Fergie has the choice between investing in a State of New York bond at 5.8 percent and a Surething bond at 9.2 percent. Assuming that both bonds have the same nontax characteristics and that Fergie has a 30 percent marginal tax rate, what interest rate does the state of New York bond need to offer to make Fergie indifferent between investing in the two bonds? (Do not round intermediate calculations. Round your answer to 2 decimal places.)
Can you show what work you have done for this so far? Also, please just use your first name when posting.
To find the interest rate that the State of New York bond needs to offer, such that Fergie is indifferent between investing in the two bonds, we need to consider the after-tax return of each bond.

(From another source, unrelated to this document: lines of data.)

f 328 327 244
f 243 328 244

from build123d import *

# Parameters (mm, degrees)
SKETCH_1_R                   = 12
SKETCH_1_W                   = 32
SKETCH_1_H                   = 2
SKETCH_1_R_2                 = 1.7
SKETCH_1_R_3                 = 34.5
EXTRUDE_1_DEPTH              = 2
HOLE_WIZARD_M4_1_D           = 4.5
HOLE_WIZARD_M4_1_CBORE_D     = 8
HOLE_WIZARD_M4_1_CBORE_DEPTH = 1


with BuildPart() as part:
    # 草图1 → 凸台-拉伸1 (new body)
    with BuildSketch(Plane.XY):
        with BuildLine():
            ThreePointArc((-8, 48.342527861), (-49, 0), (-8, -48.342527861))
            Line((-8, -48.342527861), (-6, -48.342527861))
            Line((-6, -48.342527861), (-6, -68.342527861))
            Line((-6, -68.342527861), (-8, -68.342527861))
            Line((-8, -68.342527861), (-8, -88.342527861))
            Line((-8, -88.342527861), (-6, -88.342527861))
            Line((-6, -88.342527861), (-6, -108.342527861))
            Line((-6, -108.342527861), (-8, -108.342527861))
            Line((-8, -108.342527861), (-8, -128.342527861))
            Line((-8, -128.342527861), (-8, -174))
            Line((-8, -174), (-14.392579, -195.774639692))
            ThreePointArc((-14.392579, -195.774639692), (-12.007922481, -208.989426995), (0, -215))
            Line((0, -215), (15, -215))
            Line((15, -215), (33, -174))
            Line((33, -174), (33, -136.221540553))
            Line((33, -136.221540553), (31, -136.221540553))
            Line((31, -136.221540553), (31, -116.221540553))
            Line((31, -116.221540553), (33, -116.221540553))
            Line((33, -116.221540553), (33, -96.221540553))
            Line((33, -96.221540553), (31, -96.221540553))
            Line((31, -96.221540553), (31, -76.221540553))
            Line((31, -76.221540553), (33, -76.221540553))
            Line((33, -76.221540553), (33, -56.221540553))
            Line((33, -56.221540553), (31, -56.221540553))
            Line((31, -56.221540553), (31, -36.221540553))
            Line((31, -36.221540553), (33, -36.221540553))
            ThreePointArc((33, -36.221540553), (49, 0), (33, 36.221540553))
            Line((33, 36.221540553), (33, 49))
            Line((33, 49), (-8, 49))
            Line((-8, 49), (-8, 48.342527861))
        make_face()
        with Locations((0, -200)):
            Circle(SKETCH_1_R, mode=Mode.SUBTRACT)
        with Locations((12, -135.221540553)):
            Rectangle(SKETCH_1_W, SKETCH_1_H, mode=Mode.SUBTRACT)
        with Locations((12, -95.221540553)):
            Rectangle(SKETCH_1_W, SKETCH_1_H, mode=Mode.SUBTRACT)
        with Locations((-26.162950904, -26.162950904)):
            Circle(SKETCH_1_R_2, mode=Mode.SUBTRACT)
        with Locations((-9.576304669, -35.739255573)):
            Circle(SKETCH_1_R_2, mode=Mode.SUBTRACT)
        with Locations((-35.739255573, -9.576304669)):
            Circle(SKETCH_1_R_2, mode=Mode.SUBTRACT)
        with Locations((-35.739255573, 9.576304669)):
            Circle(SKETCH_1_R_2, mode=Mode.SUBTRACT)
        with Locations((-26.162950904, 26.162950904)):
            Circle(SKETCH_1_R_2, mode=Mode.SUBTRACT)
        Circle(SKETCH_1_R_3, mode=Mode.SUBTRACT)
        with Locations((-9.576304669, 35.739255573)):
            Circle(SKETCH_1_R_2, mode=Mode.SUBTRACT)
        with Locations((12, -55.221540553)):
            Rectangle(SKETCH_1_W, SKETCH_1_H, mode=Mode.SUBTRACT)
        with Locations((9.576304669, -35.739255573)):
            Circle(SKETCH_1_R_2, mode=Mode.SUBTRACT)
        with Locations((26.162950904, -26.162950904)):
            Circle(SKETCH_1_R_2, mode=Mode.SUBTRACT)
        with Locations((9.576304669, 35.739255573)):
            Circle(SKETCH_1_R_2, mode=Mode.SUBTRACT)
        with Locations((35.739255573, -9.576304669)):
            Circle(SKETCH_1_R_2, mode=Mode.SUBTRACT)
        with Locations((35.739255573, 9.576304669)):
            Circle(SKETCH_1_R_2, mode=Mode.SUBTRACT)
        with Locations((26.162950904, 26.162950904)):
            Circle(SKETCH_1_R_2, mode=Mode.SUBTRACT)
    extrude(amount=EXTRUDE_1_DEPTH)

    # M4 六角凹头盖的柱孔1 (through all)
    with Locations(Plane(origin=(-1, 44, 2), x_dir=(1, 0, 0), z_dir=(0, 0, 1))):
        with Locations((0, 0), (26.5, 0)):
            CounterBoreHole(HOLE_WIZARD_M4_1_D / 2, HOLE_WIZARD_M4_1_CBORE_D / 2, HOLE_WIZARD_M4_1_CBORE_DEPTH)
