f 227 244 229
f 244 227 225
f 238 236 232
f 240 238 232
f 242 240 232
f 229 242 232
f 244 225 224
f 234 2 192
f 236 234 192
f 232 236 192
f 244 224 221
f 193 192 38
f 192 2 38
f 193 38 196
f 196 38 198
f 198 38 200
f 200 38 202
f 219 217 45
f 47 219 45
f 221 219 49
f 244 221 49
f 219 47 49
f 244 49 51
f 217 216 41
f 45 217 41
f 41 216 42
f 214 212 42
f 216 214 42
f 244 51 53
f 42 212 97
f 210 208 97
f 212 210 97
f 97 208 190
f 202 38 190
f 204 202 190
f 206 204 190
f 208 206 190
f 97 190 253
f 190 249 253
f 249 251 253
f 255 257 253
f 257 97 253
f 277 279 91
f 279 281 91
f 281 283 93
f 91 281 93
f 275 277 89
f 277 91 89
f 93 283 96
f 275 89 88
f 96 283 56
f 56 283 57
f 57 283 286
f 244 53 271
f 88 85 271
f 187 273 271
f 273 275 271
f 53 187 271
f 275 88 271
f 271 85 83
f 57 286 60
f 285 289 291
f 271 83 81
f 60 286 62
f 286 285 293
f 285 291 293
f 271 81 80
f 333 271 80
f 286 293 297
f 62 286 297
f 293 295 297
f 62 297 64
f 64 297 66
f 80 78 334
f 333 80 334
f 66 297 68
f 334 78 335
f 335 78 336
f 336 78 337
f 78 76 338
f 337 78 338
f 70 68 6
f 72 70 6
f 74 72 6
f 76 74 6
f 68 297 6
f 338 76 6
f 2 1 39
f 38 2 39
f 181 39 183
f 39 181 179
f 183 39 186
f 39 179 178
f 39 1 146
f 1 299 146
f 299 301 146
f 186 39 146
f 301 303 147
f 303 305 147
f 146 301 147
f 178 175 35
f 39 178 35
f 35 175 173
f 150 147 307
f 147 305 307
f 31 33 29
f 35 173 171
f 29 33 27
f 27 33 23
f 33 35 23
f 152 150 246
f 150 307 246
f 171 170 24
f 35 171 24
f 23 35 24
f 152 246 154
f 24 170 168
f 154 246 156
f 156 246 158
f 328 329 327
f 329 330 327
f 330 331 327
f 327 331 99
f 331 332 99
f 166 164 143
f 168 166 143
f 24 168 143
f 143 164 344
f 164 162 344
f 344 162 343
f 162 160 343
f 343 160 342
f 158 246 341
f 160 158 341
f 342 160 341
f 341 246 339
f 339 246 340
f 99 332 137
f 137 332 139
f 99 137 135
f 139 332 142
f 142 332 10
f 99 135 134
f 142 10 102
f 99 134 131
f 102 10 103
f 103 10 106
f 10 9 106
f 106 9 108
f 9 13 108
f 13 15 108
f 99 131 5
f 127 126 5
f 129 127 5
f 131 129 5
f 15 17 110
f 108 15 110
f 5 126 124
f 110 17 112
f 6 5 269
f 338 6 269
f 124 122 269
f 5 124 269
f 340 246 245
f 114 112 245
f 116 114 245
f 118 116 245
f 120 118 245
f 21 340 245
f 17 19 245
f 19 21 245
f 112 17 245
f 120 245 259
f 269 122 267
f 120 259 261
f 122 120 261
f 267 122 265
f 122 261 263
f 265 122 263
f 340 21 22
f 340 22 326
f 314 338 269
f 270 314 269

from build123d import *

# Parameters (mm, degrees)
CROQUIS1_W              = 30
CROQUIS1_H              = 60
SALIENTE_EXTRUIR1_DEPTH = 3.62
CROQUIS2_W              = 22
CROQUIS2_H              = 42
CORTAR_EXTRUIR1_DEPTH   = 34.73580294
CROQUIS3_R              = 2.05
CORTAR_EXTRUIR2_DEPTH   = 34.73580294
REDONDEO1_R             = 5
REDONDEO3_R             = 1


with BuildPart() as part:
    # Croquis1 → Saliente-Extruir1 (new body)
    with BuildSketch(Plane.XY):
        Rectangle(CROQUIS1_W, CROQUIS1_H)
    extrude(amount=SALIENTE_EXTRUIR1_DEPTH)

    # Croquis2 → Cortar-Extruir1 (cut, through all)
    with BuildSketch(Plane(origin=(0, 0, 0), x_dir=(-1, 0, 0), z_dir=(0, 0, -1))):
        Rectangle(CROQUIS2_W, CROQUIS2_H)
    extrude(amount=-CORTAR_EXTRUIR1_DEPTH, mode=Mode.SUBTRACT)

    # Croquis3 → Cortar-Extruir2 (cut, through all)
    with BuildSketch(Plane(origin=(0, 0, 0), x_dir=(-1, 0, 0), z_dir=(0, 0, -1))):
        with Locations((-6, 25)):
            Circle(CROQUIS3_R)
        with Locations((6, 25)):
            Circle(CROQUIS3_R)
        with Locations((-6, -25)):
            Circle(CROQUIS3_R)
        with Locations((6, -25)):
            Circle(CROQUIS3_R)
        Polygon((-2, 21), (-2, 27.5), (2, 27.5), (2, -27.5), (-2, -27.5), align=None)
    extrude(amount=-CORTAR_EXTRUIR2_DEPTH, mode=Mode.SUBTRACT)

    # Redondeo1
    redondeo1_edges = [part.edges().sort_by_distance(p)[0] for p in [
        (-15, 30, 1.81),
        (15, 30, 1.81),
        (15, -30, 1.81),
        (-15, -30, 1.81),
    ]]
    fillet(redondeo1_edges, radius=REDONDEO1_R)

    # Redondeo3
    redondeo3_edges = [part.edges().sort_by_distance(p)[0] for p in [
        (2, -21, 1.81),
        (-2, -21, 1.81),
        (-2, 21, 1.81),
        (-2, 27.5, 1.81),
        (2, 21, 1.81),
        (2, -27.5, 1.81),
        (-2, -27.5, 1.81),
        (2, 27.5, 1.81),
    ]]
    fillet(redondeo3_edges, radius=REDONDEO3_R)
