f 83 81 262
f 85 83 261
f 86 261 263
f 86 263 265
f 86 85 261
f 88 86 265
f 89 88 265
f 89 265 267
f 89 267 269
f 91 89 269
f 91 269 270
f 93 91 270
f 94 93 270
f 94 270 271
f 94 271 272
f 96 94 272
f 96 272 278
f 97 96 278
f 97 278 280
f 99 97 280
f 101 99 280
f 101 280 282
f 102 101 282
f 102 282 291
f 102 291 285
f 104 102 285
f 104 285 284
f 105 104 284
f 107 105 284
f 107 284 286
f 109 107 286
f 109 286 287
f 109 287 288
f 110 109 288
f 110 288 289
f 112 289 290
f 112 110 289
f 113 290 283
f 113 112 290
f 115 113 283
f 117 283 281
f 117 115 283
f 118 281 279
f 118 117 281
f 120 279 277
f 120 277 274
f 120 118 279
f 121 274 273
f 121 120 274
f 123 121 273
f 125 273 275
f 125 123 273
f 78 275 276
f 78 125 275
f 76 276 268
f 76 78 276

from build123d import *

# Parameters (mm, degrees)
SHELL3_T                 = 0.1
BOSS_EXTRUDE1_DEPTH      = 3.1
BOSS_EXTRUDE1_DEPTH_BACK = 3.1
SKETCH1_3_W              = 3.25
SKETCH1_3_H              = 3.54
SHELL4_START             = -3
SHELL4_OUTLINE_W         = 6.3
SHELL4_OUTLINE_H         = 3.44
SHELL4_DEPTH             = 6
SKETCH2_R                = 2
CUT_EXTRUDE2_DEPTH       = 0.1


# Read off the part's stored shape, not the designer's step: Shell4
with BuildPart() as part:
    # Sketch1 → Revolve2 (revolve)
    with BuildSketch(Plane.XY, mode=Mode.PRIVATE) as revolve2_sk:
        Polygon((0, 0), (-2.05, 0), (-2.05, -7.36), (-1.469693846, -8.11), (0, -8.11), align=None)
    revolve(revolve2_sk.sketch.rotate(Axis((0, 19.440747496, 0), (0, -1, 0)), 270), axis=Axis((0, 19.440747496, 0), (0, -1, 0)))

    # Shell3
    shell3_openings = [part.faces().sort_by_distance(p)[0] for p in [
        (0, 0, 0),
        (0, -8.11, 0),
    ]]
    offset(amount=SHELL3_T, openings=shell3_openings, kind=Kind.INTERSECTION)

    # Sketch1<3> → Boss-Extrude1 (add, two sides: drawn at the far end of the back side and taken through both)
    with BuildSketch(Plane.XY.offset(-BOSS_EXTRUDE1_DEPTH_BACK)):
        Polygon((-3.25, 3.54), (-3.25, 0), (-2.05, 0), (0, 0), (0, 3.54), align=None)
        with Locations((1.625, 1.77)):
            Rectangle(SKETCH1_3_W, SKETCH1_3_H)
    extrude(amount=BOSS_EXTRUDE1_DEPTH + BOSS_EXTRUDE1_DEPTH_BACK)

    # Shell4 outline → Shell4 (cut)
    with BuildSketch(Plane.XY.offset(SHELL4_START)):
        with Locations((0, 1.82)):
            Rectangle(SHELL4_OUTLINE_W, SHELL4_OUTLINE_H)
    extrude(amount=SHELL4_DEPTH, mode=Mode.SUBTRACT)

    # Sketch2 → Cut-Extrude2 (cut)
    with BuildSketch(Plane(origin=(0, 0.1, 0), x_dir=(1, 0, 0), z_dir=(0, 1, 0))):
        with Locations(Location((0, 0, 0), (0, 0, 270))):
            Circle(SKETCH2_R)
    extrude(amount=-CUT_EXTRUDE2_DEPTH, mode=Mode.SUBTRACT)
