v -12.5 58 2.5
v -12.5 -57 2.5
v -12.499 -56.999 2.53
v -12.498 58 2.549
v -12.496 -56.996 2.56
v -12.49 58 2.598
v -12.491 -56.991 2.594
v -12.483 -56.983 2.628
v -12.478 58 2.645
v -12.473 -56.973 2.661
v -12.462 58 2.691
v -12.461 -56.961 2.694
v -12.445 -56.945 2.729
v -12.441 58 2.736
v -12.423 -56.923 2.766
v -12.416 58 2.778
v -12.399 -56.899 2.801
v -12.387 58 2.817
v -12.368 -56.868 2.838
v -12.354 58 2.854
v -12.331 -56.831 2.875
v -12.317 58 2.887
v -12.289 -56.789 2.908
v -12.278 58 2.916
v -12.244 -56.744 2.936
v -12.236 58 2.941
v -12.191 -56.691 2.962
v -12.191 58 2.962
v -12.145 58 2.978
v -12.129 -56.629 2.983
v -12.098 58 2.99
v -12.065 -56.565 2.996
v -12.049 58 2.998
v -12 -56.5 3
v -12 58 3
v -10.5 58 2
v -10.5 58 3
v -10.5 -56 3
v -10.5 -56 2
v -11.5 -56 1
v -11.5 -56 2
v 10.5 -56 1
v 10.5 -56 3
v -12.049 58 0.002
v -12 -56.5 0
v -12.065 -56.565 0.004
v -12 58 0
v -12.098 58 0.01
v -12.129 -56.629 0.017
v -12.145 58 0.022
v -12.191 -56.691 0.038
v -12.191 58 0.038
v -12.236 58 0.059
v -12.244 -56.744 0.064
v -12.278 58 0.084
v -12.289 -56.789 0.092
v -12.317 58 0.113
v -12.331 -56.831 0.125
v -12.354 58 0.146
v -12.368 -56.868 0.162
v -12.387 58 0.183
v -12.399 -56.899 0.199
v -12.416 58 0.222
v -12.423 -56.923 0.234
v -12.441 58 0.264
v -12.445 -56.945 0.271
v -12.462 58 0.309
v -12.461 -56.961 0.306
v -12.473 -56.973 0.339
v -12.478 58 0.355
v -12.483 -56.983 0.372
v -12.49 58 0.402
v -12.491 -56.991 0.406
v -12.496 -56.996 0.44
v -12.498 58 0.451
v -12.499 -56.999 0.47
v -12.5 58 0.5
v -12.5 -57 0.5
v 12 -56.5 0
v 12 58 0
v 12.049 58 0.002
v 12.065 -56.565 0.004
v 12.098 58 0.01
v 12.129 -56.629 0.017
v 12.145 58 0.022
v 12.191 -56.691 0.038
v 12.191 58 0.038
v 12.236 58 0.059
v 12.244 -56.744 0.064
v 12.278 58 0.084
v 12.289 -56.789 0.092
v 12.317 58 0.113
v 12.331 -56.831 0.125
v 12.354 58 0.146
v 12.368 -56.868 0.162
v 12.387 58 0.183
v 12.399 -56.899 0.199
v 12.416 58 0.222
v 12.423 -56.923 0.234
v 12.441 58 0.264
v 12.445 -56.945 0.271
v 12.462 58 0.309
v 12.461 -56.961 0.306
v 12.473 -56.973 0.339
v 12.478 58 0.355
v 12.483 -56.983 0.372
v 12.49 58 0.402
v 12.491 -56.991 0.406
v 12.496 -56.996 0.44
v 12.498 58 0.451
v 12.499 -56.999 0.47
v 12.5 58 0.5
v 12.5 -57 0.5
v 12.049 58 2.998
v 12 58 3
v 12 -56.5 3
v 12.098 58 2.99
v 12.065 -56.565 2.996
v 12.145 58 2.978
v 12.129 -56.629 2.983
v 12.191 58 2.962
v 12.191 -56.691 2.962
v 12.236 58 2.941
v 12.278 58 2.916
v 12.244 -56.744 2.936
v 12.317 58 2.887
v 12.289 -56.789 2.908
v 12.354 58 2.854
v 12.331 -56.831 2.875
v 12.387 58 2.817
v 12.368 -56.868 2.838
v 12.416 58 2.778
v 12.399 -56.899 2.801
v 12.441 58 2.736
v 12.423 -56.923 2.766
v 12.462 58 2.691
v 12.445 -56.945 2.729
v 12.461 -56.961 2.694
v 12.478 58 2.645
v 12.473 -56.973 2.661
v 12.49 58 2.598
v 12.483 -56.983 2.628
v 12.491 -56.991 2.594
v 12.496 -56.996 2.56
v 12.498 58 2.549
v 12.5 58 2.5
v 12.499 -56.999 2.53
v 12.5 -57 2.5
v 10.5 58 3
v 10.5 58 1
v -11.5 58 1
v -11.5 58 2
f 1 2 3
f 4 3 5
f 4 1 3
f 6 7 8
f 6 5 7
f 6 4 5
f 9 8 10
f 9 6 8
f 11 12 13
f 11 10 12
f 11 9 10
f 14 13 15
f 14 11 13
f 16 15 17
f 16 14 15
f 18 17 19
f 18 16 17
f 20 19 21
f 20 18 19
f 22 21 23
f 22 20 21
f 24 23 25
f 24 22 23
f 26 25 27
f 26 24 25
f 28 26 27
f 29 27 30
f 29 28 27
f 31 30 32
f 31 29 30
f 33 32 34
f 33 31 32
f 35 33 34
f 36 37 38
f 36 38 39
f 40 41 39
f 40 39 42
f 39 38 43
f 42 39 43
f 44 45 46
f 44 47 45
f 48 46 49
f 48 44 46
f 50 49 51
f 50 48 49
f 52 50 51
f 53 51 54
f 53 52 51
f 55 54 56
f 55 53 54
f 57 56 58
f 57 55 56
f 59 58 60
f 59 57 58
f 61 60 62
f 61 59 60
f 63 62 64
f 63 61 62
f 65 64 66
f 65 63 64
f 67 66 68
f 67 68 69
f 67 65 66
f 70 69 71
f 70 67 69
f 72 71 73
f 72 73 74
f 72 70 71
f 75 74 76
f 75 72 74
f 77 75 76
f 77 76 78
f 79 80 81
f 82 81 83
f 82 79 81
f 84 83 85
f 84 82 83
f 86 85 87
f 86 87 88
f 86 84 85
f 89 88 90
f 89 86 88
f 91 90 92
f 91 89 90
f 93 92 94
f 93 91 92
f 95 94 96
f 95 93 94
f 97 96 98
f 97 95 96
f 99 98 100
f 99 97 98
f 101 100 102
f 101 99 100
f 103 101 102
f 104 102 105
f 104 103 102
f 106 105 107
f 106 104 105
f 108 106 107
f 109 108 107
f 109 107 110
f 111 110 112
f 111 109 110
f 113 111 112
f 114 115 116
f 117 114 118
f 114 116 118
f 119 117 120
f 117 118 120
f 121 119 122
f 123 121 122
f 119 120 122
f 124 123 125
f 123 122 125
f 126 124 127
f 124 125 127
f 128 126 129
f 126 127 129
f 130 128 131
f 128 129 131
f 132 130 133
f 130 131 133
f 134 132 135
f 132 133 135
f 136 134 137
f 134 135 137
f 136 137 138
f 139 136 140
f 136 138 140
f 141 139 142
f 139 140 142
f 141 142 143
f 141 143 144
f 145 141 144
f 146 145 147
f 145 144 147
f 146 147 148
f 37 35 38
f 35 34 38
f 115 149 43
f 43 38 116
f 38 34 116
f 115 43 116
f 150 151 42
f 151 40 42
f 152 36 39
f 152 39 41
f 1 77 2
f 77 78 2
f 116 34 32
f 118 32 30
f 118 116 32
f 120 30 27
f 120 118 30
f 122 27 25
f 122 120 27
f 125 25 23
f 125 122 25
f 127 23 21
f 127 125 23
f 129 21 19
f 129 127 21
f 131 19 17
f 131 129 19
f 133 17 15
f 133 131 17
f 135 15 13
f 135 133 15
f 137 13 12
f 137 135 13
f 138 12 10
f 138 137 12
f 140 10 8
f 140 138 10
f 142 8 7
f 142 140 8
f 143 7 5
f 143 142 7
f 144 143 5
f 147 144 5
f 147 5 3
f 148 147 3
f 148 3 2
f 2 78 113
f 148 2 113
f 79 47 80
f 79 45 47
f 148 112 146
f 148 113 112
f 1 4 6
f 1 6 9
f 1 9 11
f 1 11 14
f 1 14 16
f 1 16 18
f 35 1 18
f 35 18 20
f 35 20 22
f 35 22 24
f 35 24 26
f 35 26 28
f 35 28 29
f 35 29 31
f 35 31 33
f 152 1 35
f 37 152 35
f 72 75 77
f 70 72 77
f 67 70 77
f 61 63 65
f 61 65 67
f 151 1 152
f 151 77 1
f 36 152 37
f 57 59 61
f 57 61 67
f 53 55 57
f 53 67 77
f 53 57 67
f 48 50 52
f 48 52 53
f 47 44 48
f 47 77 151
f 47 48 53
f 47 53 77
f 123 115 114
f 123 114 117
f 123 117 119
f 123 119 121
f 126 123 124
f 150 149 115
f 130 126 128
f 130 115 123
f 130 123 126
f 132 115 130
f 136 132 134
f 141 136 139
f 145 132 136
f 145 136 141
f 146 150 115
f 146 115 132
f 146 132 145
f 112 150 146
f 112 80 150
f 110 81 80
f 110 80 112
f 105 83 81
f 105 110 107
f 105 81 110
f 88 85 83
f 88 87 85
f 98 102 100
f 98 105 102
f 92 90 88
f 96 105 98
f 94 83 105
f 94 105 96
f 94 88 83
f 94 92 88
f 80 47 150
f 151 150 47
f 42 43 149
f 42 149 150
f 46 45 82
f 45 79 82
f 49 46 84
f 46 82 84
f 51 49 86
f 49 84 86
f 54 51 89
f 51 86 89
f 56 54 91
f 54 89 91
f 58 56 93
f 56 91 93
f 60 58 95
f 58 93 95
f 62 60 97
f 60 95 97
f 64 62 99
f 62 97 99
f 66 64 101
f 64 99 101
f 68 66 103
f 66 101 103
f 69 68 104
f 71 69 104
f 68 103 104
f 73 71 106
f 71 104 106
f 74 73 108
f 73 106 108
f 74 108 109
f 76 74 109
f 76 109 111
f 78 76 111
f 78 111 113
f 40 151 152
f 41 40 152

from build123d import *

# Parameters (mm, degrees)
F0_W     = 25
F0_H     = 114
F1_DEPTH = 3
F2_W     = 21
F2_H     = 113
F3_DEPTH = 2
F4_W     = 1
F4_H     = 1
F5_DEPTH = 113
F6_DEPTH = 1
F7_R     = 0.5


with BuildPart() as f1:
    # F0 (on Top) → F1 (new body)
    with BuildSketch(Plane.XY):
        Rectangle(F0_W, F0_H)
    extrude(amount=F1_DEPTH)

    # F2 (on face) → F3 (cut)
    with BuildSketch(Plane.XY.offset(3)):
        with Locations((0, 0.5)):
            Rectangle(F2_W, F2_H)
    extrude(amount=-F3_DEPTH, mode=Mode.SUBTRACT)

    # F4 (on face) → F5 (cut)
    with BuildSketch(Plane(origin=(0, 57, 0), x_dir=(-1, 0, 0), z_dir=(0, 1, 0))):
        with Locations((11, 1.5)):
            Rectangle(F4_W, F4_H)
    extrude(amount=-F5_DEPTH, mode=Mode.SUBTRACT)

    # F6 (add): a face of the model
    f6_faces = [f1.faces().sort_by_distance(p)[0] for p in [
        (0.34375, 57, 0.84375),
    ]]
    extrude(f6_faces, amount=F6_DEPTH)

    # F7
    f7_edges = [f1.edges().sort_by_distance(p)[0] for p in [
        (12.5, 0.5, 0),
        (12.5, 0.5, 3),
        (0, -57, 3),
        (0, -57, 0),
        (-12.5, 0.5, 3),
        (-12.5, 0.5, 0),
    ]]
    fillet(f7_edges, radius=F7_R)


solid = f1.part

Let's calculate the after-tax return for each bond:
For the State of New York bond at 5.8 percent:
After-tax return = (1 - Marginal tax rate) x Interest rate
After-tax return = (1 - 0.30) x 0.058
After-tax return = 0.7 x 0.058
After-tax return = 0.0406
For the Surething bond at 9.2 percent:
After-tax return = (1 - Marginal tax rate) x Interest rate
After-tax return = (1 - 0.30) x 0.092
After-tax return = 0.7 x 0.092
After-tax return = 0.0644
To find the interest rate that makes Fergie indifferent between the two bonds, we set the after-tax return of the State of New York bond equal to the after-tax return of the Surething bond:
0.0406 = 0.0644
Now, we can solve this equation to find the interest rate that the State of New York bond needs to offer:
0.0406 = 0.0644
Interest rate = 0.0406 / 0.0644
Interest rate = 0.6298
Therefore, the State of New York bond needs to offer an interest rate of 62.98% to make Fergie indifferent between investing in the two bonds.